# It's now an Addiction (Viv Picts) UPDATED 18/Jan/07



## Fanta (Apr 30, 2006)

Hi guys,
Even though I have no spare cash or time, even worse I have no spare space in my flat and yet I manage to not stop building terrariums. I guess I am totally addicted!!! :shock: :shock: :shock: . Here are a few shots of my latest project



































Just need to add the substrate, and i will be ready for the pleasure of planting.


----------



## CanadianAmphibian (Jul 27, 2006)

Cool.


----------



## cubby23 (Jun 12, 2006)

Great peices of wood. Hehe another one has caught the bug


----------



## Guest (Oct 26, 2006)

i usually like the other (more gnarly) side of that type of root wood, but youve got those pieces flowing together really naturally. looks like you are going to have a lot left over though....guess itll be tim for another 


what size tank is that? did you build it?


----------



## Fanta (Apr 30, 2006)

2mnytnx said:


> i usually like the other (more gnarly) side of that type of root wood, but youve got those pieces flowing together really naturally. looks like you are going to have a lot left over though....guess itll be tim for another
> 
> 
> what size tank is that? did you build it?
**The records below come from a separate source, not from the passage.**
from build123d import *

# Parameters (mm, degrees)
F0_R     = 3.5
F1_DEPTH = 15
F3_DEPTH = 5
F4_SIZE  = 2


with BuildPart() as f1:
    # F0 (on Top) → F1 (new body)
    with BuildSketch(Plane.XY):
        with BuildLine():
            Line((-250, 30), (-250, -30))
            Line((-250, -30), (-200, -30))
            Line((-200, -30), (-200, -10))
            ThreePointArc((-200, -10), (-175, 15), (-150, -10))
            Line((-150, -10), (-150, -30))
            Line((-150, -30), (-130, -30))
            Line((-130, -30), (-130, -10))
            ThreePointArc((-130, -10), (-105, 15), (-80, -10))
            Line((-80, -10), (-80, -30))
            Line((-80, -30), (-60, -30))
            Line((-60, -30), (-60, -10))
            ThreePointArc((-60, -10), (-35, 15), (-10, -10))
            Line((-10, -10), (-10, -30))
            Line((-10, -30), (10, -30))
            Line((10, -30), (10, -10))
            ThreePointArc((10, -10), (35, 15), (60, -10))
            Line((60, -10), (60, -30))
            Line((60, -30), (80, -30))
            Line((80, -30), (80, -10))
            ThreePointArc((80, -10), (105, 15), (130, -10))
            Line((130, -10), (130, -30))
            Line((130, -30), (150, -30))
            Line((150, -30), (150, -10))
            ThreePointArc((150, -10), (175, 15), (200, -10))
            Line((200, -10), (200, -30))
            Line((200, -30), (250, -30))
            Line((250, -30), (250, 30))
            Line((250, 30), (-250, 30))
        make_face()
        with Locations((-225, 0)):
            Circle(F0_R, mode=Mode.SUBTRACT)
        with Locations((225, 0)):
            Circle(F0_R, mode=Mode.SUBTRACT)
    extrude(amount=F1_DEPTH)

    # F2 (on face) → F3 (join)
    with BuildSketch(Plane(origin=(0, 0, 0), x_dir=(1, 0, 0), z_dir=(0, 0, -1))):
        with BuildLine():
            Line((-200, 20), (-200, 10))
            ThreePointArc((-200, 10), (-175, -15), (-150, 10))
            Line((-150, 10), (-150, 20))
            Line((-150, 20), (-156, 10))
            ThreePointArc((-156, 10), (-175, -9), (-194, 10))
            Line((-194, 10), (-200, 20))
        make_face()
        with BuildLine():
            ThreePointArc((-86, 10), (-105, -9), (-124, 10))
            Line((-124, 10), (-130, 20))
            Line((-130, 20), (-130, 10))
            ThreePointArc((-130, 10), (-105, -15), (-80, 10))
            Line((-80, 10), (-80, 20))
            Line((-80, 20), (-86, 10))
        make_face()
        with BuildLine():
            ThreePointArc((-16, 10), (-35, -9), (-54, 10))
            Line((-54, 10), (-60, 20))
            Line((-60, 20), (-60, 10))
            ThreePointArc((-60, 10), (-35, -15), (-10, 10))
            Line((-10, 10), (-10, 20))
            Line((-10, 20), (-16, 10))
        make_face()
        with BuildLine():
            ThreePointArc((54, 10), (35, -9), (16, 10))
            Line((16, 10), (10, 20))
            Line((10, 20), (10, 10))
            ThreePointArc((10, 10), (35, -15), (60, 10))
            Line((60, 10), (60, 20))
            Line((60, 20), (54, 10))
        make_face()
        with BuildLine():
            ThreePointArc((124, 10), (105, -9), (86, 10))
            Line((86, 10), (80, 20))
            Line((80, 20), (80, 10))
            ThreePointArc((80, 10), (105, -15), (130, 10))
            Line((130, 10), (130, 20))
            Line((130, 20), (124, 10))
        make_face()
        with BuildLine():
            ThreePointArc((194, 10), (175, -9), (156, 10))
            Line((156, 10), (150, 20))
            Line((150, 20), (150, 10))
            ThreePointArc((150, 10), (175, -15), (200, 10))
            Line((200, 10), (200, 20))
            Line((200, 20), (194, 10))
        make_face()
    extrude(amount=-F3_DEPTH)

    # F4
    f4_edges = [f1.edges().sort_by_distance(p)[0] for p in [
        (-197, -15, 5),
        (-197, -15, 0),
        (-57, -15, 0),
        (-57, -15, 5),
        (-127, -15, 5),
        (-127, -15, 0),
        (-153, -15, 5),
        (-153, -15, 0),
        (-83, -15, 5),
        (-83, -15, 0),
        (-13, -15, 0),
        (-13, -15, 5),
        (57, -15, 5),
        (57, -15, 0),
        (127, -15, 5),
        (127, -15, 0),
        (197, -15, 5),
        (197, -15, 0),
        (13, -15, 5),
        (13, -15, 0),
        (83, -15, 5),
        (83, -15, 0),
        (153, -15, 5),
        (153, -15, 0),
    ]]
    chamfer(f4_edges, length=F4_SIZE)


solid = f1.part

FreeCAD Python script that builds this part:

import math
import FreeCAD as App
import Part
import Sketcher
Q = App.Units.Quantity


def edges_at(feature, points):
    """Names of the edges that pass closest to the given points."""
    edges = feature.Shape.Edges
    near = lambda p: min(range(len(edges)), key=lambda i: edges[i].distToShape(Part.Vertex(*p))[0])
    return sorted({f"Edge{near(p) + 1}" for p in points})

doc = App.newDocument("Part")
params = doc.addObject("Spreadsheet::Sheet", "Params")
for row, (alias, value) in enumerate([
    ("sketch1_diameter", "7 mm"),
    ("sketch1_radius", "25 mm"),
    ("sketch1_width", "50 mm"),
    ("sketch1_width2", "20 mm"),
    ("sketch1_height", "60 mm"),
    ("pad1_length", "15 mm"),
    ("sketch2_radius", "25 mm"),
    ("sketch2_radius2", "19 mm"),
    ("sketch2_height", "10 mm"),
    ("pad2_length", "5 mm"),
    ("chamfer_size", "2 mm"),
], start=1):
    params.set(f"A{row}", alias)
    params.set(f"B{row}", "=" + value)
    params.setAlias(f"B{row}", alias)

body = doc.addObject("PartDesign::Body", "Body")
A good excuse to build another one. 
But on this case I will hold back the temptation - I have got a great deal with my local pet shop, for me the driftwood they sell is sale on return, I pick up whatever I want and if I don't use it all I can always return the unwanted ones and get a refund. That is very sweet of the owner, he understands that it takes more than looking to choose the perfect piece of wood, further more he sees me every bloody week in his shop, which helps a lot. :wink: :wink: :wink:

The size of the tank is 45highX30wideX20Deep, and yes i built it myself, i find it cheeper to buy the glass and the silicone, instead of having it tailor made, it cost a fortune, over here (UK)


----------



## Frogtofall (Feb 16, 2006)

Looks very nice. What is the material yo used to cover the foam? It looks like tree fern or osmunda. Very nice.


----------



## jejton (Sep 3, 2006)

What is that pink thing the other viv is balanced on ? A bucket?


----------



## Fanta (Apr 30, 2006)

Frogtofall said:


> Looks very nice. What is the material yo used to cover the foam? It looks like tree fern or osmunda. Very nice.


Spot on Antony  
It s Granulated tree fern root (Xaxim).


----------



## Fanta (Apr 30, 2006)

jejton said:


> What is that pink thing the other viv is balanced on ? A bucket?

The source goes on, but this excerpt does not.